How long would a 2.90 kW space heater have to run to put into a kitchen the same amount of heat as a refrigerator (coefficient of performance = 2.58) does when it freezes 1.45 kg of water at 19.4°C into ice at 0°C?

Homework Equations


COP=Q_c/W
Q_h=Q_c + W
Q=cm(deltaT)
Q=mL_f
P=E/t

The Attempt at a Solution


I get something around 745s each time I do it, but that is wrong. The way I have been doing it is to find out the amount of energy it takes to change the water to ice which would be the work done by the refrigerator.
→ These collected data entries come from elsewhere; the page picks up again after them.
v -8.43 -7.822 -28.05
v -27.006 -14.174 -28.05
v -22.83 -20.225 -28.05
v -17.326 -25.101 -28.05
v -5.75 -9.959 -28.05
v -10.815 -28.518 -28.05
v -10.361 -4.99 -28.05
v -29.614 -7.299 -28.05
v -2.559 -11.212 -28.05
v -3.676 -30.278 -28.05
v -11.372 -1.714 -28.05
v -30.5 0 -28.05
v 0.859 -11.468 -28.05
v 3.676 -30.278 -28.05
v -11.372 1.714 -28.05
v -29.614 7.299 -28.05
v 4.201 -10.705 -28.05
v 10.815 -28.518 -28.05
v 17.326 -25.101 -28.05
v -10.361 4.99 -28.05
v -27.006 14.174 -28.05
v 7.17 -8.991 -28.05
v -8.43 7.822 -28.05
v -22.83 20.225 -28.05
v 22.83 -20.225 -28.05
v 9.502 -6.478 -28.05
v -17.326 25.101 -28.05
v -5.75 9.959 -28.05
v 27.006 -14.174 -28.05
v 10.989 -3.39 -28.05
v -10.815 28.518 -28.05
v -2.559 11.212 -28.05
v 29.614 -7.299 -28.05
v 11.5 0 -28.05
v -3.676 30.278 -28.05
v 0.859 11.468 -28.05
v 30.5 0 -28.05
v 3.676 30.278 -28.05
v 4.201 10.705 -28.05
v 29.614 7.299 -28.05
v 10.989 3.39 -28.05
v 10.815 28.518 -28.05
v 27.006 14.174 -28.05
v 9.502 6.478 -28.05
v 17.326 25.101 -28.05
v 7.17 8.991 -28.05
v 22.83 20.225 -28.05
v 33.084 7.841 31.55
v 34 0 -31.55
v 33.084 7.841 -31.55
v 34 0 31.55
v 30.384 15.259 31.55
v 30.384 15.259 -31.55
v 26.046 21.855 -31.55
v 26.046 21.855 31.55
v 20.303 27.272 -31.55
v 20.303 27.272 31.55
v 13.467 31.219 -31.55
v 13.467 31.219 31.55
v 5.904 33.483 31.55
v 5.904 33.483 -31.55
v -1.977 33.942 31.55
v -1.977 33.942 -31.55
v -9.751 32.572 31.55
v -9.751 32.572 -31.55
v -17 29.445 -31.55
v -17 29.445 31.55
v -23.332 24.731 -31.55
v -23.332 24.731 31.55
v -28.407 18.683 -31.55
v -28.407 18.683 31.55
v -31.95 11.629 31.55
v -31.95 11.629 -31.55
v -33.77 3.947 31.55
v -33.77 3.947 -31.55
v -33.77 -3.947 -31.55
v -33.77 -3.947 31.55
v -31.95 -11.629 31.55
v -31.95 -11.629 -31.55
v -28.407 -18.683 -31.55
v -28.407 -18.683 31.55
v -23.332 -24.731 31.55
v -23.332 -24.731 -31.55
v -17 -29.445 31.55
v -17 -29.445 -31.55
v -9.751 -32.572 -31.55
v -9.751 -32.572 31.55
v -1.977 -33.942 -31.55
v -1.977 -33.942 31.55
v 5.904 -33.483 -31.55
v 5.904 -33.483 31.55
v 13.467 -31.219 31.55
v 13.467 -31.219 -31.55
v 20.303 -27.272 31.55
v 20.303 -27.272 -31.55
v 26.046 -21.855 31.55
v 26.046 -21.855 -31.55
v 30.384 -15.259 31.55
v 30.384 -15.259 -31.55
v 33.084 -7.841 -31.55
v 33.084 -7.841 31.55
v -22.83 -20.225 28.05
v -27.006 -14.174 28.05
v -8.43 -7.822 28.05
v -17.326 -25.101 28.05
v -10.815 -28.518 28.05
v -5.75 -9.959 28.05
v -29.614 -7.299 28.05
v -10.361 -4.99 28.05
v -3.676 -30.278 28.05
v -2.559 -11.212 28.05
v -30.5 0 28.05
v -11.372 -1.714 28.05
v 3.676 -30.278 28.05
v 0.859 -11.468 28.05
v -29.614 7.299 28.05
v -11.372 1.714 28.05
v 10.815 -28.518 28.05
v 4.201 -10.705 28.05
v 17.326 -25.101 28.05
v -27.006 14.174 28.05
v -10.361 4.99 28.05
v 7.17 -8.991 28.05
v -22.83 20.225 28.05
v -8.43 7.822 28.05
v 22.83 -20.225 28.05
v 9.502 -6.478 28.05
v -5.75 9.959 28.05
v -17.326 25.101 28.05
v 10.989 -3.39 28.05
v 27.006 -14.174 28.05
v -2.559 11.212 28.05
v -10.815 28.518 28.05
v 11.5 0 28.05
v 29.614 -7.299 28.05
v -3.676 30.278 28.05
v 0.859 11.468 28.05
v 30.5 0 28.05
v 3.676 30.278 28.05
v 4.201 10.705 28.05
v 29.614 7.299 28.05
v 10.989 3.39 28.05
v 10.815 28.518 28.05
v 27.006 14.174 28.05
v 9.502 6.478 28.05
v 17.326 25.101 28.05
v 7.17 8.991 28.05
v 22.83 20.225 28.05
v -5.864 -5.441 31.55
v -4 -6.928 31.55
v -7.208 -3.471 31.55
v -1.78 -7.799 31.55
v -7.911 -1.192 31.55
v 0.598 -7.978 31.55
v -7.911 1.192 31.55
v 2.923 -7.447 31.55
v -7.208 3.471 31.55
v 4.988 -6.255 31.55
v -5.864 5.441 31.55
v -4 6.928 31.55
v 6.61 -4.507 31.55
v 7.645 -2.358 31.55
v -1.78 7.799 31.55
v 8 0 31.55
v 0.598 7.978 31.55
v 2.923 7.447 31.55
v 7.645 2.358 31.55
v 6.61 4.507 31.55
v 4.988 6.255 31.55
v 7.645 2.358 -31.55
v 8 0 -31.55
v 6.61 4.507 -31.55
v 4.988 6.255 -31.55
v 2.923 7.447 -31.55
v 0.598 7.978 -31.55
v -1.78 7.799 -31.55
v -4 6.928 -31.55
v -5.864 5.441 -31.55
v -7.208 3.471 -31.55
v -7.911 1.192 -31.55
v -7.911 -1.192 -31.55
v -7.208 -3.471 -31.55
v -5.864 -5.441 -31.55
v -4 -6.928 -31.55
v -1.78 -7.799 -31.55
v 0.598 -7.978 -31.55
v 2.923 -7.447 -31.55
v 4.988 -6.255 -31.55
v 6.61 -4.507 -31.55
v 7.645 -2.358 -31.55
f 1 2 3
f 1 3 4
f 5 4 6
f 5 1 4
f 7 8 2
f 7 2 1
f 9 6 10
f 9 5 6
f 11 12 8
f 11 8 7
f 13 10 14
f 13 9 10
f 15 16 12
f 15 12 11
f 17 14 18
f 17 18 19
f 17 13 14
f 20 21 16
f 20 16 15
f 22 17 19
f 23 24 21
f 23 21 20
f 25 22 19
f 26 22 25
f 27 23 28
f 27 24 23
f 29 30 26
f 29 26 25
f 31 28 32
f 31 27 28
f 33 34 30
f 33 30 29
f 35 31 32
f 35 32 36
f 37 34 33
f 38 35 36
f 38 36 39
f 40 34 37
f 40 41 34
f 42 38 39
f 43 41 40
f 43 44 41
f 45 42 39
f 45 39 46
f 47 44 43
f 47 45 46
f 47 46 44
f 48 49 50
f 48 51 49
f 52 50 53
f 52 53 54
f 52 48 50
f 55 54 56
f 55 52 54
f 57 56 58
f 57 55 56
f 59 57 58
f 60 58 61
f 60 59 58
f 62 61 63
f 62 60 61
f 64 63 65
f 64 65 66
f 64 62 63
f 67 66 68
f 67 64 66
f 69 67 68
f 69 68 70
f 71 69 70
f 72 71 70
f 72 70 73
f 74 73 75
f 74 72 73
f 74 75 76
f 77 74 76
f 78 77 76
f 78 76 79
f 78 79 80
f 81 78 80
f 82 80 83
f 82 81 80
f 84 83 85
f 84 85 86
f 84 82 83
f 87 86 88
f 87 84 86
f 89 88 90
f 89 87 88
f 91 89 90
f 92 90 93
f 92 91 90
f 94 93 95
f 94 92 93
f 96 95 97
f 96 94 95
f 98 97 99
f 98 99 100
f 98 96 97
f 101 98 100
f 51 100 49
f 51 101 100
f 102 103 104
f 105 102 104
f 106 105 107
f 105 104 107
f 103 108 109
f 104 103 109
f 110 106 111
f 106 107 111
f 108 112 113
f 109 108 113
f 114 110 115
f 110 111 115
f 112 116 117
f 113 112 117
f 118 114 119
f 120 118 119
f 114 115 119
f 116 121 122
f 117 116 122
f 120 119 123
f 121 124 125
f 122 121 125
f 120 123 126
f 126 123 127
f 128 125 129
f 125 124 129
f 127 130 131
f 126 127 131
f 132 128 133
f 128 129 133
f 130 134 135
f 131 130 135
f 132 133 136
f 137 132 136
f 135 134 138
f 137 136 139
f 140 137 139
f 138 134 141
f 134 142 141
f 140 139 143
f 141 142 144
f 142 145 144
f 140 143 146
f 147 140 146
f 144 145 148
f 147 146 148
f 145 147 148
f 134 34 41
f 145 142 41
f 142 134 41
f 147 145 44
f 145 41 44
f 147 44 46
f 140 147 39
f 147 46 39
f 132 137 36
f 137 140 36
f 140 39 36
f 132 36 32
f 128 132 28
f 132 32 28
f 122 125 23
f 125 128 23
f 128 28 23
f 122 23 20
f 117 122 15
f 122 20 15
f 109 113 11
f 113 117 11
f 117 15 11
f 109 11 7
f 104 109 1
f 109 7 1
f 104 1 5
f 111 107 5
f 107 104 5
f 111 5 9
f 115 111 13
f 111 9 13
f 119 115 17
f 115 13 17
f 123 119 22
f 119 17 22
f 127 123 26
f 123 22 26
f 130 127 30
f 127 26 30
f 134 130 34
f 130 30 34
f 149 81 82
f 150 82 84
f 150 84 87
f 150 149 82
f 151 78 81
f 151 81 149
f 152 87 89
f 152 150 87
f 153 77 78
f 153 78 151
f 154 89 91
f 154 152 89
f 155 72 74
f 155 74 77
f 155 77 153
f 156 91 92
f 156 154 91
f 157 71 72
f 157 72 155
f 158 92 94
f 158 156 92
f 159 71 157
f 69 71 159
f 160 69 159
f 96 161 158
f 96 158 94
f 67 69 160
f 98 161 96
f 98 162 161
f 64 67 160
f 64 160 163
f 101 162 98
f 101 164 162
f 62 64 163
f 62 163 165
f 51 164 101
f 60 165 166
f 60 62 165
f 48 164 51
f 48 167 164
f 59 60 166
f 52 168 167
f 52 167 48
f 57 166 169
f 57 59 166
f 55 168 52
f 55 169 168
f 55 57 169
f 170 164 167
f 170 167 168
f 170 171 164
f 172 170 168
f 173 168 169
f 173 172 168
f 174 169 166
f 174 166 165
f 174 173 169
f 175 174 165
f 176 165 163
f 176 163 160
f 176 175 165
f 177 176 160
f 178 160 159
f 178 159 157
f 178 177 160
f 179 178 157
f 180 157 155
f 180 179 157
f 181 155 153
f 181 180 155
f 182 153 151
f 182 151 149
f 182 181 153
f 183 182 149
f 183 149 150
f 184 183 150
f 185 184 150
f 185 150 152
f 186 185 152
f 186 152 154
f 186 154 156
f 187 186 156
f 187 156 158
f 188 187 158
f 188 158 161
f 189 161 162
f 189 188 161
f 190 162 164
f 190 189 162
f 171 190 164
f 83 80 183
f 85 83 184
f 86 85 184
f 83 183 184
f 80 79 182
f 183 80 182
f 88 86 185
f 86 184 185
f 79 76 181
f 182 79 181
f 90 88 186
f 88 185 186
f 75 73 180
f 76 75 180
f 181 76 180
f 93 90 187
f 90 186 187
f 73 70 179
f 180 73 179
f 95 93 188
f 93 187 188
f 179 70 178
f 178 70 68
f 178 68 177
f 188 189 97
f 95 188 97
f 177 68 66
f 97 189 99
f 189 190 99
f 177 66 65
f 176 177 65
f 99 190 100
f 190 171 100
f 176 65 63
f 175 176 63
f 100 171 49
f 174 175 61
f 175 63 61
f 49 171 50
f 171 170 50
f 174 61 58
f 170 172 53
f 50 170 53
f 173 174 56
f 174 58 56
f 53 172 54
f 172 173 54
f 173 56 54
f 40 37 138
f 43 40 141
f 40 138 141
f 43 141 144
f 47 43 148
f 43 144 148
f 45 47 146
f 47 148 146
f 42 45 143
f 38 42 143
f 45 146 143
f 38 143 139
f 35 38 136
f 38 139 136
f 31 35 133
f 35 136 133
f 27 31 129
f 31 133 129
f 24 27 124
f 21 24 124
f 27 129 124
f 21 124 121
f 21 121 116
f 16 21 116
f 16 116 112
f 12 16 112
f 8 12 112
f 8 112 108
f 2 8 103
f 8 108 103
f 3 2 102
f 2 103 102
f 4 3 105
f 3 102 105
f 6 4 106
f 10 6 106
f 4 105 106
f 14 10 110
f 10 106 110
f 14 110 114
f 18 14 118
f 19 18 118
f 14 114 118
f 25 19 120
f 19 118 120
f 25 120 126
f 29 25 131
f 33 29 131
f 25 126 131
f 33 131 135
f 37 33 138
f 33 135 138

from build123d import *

# Parameters (mm, degrees)
SKETCH1_R           = 34
SKETCH1_R_2         = 8
BOSS_EXTRUDE1_DEPTH = 31.55
SHELL1_T            = 3.5


with BuildPart() as part:
    # Sketch1 → Boss-Extrude1 (new, symmetric)
    with BuildSketch(Plane.XY):
        Circle(SKETCH1_R)
        Circle(SKETCH1_R_2, mode=Mode.SUBTRACT)
    extrude(amount=BOSS_EXTRUDE1_DEPTH, both=True)

    # Shell1 (no face opened: a closed hollow body)
    add(offset(amount=-SHELL1_T, mode=Mode.PRIVATE), mode=Mode.SUBTRACT)


solid = part.part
Therefore Qc for the fridge would be coefficient of performance times work. Add Qc to work to get the amount of heat that exits the fridge and then divide by the number of watts used by the space heater to get the amount of time it would need to be run. Where did I go wrong in this reasoning? Thank you.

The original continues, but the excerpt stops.